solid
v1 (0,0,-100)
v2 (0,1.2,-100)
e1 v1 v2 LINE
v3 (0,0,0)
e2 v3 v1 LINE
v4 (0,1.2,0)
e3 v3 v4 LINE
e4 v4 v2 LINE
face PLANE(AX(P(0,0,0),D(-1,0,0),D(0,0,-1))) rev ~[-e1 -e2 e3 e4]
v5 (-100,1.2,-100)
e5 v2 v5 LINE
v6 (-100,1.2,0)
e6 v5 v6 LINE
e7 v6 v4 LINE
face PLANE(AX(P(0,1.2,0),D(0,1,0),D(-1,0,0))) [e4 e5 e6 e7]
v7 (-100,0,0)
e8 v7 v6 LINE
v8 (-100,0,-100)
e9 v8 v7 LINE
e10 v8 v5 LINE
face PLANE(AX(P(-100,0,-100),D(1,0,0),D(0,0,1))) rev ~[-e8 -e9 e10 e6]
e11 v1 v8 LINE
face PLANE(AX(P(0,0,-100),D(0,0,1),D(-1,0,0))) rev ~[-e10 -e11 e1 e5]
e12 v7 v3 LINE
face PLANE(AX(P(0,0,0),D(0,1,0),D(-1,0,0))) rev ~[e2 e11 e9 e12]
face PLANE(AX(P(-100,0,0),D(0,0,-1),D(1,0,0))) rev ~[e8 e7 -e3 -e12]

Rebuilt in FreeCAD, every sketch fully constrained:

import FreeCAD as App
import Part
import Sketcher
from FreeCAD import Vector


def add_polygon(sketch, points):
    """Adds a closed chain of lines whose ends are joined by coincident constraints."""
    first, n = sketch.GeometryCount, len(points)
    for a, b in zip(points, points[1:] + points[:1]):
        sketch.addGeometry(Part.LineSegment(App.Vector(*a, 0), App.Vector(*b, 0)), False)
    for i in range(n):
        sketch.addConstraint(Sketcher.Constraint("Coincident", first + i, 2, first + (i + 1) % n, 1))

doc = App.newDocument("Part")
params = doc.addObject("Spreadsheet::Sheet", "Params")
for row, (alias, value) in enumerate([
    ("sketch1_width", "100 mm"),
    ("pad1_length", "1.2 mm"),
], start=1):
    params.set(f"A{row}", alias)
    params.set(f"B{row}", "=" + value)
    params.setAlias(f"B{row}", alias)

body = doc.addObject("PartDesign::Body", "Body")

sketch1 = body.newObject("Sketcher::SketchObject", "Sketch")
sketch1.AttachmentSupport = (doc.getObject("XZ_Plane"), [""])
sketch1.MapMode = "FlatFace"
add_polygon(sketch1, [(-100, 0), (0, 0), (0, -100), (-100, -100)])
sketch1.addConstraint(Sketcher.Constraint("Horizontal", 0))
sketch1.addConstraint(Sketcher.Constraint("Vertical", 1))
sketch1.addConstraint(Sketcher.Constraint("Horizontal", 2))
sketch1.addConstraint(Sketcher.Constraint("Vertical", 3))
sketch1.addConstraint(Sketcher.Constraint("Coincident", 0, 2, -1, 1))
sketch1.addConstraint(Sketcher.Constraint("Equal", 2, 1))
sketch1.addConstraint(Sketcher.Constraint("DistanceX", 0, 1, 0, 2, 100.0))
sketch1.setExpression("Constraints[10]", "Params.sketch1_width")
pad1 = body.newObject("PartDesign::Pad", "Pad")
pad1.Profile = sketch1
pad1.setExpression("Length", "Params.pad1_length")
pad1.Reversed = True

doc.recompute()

•••••

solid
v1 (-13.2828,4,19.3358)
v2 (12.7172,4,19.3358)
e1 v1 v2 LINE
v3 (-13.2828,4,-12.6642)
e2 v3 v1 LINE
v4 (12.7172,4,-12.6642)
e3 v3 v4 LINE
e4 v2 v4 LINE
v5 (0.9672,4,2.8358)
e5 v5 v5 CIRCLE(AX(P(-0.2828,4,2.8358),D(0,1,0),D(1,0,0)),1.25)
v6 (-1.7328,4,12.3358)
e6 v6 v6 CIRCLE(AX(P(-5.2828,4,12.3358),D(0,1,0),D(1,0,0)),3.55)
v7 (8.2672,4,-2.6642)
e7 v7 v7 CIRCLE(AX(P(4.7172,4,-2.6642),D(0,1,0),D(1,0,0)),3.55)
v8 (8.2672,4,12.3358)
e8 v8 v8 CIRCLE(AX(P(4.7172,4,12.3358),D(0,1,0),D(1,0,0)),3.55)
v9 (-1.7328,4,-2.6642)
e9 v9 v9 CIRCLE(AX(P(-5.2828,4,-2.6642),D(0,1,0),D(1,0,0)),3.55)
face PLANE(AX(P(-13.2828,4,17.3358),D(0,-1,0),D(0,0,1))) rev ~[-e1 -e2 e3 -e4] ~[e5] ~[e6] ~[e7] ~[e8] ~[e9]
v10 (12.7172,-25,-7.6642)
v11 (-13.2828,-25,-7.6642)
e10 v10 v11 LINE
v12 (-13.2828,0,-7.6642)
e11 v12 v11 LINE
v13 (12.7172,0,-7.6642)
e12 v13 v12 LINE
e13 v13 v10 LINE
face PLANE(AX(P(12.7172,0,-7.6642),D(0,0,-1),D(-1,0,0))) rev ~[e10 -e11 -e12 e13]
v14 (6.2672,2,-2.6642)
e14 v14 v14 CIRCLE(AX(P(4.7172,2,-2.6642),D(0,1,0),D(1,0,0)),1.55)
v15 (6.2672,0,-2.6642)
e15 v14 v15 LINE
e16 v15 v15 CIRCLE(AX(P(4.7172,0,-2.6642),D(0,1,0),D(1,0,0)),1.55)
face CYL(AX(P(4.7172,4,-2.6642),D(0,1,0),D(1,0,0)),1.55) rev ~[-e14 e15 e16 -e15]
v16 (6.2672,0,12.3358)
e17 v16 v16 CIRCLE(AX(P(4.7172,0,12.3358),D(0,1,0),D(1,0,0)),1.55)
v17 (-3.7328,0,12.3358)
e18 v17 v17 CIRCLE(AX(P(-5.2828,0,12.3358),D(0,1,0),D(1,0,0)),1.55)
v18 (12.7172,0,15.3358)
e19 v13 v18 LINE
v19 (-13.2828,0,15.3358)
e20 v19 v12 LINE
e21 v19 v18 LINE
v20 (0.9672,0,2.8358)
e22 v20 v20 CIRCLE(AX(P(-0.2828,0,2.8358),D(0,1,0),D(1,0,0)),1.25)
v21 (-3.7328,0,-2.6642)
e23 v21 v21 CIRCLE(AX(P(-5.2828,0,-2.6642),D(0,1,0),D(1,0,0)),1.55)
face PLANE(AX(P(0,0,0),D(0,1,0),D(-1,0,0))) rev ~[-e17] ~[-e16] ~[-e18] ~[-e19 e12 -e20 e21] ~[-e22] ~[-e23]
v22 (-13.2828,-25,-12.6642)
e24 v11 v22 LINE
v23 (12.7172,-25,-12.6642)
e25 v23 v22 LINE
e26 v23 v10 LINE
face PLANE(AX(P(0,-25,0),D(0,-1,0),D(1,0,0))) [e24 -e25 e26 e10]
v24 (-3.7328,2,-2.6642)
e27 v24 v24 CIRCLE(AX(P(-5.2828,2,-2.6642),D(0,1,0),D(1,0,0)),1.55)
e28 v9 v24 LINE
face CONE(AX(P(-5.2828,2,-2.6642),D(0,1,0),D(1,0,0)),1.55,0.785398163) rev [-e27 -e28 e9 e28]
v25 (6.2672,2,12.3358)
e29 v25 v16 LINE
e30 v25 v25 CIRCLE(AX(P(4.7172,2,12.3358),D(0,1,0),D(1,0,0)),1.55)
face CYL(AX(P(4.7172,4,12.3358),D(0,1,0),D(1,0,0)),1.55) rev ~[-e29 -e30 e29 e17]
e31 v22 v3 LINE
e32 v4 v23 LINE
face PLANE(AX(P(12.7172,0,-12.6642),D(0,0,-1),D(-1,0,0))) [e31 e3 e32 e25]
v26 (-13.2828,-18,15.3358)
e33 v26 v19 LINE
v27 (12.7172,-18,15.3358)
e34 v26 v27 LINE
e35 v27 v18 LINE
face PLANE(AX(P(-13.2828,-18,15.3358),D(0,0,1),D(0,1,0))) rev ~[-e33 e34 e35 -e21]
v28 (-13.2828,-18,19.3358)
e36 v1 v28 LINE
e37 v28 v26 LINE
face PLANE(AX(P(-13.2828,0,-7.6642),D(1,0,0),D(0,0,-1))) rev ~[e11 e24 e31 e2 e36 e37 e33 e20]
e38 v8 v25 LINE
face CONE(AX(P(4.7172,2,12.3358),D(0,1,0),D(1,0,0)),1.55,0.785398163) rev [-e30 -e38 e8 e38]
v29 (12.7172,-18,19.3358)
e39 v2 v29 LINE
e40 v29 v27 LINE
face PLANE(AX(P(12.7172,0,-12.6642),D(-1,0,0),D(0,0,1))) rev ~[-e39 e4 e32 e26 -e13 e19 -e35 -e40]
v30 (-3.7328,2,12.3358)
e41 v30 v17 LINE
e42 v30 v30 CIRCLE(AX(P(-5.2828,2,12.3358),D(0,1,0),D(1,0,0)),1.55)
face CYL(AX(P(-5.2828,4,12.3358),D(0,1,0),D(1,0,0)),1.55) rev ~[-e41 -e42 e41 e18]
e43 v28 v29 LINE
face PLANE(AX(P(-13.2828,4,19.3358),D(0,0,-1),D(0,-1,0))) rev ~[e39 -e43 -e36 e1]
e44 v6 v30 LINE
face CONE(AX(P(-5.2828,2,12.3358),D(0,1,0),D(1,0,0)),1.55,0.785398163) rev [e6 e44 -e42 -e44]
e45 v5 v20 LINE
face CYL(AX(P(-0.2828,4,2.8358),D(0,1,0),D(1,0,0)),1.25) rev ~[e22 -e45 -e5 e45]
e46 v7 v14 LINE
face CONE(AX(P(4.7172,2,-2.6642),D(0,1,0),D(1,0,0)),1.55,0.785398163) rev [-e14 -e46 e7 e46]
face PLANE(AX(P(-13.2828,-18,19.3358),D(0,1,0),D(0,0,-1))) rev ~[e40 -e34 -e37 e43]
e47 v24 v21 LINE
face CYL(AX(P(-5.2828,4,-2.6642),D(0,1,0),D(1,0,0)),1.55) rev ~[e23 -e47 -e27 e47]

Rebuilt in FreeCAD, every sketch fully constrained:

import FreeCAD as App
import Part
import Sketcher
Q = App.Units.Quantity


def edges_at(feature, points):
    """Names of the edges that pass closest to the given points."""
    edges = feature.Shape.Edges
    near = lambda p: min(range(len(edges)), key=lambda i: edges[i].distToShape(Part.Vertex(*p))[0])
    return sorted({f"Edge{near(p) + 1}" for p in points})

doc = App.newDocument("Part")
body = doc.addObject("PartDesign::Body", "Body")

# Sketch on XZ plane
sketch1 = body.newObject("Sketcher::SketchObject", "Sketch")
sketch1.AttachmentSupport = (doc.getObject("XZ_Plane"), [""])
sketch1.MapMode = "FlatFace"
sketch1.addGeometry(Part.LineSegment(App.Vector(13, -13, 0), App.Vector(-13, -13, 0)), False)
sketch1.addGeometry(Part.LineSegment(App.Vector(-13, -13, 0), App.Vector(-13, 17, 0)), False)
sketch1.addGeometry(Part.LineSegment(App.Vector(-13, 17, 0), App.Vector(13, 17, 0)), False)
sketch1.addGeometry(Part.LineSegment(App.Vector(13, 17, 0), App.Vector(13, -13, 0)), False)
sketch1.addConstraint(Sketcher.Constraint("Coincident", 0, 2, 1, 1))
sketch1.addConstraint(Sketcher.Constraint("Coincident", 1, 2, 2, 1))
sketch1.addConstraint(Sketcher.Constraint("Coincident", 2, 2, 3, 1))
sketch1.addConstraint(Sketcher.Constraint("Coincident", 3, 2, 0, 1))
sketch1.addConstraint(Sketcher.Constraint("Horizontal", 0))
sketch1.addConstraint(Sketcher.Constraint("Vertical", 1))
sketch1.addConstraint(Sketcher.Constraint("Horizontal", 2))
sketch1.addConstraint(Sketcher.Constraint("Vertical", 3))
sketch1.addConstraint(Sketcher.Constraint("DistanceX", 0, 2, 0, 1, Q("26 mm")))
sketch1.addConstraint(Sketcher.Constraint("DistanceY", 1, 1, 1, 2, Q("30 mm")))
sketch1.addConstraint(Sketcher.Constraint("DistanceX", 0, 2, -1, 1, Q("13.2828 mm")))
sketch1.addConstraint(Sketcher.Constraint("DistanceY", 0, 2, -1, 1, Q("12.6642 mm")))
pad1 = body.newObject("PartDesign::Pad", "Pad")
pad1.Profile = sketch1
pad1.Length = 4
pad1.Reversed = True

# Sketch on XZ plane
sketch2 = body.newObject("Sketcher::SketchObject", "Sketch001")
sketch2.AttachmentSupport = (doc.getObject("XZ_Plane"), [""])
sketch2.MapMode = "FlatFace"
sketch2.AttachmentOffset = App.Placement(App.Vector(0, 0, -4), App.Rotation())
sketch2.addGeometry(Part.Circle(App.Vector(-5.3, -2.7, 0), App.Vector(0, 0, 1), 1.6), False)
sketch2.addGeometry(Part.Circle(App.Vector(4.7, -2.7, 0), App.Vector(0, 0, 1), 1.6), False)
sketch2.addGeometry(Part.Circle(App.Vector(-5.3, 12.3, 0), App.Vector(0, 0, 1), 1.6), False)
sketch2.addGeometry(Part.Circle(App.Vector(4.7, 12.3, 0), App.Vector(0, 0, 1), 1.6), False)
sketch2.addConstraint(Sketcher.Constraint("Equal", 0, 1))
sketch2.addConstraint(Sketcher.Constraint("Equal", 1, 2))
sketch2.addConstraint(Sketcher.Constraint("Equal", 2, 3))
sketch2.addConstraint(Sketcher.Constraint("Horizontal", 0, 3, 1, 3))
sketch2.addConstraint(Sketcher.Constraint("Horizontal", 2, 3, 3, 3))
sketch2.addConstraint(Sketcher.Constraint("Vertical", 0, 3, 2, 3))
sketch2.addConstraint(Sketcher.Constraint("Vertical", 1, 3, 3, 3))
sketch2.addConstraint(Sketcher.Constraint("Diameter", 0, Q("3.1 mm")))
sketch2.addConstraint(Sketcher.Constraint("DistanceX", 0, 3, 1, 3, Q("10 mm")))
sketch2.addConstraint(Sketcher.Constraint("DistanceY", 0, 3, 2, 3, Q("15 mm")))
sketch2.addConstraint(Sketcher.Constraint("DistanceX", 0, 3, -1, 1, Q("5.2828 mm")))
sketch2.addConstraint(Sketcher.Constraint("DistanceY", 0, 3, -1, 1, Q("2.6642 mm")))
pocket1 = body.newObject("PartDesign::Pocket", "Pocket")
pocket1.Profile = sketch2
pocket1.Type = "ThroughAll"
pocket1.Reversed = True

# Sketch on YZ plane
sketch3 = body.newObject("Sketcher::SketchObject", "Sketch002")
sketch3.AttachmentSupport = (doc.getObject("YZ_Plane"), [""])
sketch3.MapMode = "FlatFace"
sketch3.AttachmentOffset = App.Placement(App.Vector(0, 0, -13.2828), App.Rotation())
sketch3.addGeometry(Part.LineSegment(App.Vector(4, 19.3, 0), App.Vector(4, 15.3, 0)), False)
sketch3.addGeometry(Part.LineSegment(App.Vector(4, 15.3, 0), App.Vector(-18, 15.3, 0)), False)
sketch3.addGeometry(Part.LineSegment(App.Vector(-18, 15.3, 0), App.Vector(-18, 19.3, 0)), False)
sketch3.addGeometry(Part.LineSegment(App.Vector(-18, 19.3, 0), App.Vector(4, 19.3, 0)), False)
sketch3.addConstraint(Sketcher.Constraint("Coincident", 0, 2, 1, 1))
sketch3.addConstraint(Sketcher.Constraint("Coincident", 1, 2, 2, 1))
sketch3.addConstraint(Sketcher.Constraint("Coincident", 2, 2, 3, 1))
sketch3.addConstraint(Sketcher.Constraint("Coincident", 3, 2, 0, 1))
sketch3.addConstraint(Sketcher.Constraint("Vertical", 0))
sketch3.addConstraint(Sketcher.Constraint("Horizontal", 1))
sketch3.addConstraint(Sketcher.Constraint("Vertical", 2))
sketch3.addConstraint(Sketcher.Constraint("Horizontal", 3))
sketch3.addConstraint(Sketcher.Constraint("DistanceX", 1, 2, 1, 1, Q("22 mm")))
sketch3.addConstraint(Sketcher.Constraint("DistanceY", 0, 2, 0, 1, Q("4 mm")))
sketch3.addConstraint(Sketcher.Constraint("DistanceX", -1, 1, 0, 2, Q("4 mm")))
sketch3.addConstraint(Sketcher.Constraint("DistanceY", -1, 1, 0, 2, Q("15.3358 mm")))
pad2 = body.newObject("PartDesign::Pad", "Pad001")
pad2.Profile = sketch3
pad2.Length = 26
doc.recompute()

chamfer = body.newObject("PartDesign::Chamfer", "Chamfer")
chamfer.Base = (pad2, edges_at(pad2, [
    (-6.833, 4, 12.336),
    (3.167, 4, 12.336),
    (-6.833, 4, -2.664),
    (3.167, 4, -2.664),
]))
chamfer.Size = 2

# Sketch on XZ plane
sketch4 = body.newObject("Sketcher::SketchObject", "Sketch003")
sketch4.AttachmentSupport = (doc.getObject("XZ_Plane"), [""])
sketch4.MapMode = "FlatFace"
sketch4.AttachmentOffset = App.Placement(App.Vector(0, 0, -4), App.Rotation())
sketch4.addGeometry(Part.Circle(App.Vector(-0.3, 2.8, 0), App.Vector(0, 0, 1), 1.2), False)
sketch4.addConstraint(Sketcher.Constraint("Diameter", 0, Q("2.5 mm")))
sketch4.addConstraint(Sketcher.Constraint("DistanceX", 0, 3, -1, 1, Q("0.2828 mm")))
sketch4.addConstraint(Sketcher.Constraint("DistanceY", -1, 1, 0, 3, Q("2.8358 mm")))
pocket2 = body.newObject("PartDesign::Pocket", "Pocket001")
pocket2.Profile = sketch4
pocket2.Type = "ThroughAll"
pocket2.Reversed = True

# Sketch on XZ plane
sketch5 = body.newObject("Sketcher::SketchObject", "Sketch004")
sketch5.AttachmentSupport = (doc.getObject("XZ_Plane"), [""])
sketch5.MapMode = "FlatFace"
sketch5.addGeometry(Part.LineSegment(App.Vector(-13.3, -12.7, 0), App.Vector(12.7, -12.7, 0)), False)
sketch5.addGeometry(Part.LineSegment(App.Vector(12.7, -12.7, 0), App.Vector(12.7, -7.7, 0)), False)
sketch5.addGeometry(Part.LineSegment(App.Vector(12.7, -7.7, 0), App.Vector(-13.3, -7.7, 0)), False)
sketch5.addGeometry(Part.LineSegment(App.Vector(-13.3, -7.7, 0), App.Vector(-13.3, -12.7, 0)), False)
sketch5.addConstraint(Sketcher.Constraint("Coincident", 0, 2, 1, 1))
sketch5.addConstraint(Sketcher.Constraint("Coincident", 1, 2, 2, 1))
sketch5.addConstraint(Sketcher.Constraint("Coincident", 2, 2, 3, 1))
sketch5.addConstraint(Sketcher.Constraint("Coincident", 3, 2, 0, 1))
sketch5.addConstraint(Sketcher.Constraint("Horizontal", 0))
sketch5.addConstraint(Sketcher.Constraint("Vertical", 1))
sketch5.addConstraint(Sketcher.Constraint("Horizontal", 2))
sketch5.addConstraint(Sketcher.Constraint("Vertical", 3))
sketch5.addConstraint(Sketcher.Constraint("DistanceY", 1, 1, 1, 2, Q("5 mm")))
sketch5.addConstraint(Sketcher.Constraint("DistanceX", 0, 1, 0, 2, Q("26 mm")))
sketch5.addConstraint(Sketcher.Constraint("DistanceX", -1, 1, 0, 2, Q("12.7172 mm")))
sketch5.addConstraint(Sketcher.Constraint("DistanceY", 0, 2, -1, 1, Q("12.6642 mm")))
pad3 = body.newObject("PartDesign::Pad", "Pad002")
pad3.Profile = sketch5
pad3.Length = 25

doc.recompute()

•••••

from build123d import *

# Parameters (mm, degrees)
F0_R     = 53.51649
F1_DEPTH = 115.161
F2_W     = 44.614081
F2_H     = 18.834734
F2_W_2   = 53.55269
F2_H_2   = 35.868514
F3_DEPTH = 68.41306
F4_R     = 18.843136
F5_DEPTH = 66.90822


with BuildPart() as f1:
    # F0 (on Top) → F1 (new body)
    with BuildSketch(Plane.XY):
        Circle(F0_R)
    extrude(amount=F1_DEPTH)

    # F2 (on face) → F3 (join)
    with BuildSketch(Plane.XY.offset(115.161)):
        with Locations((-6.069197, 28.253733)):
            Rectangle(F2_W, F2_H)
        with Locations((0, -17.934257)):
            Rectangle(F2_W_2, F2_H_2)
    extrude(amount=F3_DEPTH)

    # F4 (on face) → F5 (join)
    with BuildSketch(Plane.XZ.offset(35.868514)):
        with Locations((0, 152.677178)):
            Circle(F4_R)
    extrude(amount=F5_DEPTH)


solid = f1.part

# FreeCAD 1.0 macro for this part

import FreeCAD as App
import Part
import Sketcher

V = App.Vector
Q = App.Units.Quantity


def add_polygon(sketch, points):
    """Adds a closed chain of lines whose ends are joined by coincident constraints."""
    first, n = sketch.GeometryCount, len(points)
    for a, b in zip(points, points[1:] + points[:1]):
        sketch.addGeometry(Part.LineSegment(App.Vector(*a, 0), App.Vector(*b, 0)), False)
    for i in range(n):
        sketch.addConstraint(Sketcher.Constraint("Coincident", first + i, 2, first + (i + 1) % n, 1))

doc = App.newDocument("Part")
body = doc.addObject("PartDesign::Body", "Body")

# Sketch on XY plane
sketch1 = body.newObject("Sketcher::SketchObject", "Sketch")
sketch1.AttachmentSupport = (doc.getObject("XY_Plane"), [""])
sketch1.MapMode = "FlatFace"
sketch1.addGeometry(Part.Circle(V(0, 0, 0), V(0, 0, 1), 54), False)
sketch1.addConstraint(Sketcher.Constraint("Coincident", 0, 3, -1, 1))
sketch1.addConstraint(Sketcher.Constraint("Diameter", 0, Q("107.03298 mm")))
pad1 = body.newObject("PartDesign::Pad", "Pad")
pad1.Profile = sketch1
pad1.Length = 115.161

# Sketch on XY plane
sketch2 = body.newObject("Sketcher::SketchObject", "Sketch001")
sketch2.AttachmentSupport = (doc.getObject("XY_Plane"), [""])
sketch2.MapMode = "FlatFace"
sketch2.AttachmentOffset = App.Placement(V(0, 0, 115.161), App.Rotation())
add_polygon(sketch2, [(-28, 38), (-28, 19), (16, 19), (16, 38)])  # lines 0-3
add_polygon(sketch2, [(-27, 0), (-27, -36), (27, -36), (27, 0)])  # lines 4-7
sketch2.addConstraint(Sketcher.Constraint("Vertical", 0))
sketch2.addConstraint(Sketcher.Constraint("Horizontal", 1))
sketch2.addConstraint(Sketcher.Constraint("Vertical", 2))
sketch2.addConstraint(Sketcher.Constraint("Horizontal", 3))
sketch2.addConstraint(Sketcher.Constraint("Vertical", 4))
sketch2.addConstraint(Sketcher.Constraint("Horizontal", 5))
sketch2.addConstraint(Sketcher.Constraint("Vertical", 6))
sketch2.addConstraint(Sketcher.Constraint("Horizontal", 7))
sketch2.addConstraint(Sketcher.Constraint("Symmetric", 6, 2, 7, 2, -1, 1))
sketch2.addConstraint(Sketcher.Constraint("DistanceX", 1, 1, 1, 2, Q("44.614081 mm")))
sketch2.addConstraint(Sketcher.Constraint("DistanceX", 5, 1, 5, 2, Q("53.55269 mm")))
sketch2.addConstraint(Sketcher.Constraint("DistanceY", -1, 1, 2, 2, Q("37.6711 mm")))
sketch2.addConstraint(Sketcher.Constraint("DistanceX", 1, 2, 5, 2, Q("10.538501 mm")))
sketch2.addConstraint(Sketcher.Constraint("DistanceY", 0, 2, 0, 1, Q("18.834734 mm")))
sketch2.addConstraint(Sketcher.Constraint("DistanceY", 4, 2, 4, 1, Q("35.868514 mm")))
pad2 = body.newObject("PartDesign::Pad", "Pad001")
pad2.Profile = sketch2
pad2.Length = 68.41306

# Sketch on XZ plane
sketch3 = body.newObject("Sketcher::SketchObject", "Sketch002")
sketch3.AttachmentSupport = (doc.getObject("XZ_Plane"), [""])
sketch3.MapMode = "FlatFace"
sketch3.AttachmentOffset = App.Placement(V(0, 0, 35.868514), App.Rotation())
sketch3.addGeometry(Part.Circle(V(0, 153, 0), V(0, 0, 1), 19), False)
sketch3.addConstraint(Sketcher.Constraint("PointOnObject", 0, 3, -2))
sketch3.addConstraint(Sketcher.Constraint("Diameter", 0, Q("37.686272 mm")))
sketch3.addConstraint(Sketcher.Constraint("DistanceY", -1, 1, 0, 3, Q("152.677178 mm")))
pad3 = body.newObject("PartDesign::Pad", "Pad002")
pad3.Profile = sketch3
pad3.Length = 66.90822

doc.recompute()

•••••

Search the entries for the word "Rectangle" and copy every line that has it.

            Rectangle(F2_W, F2_H)
            Rectangle(F2_W_2, F2_H_2)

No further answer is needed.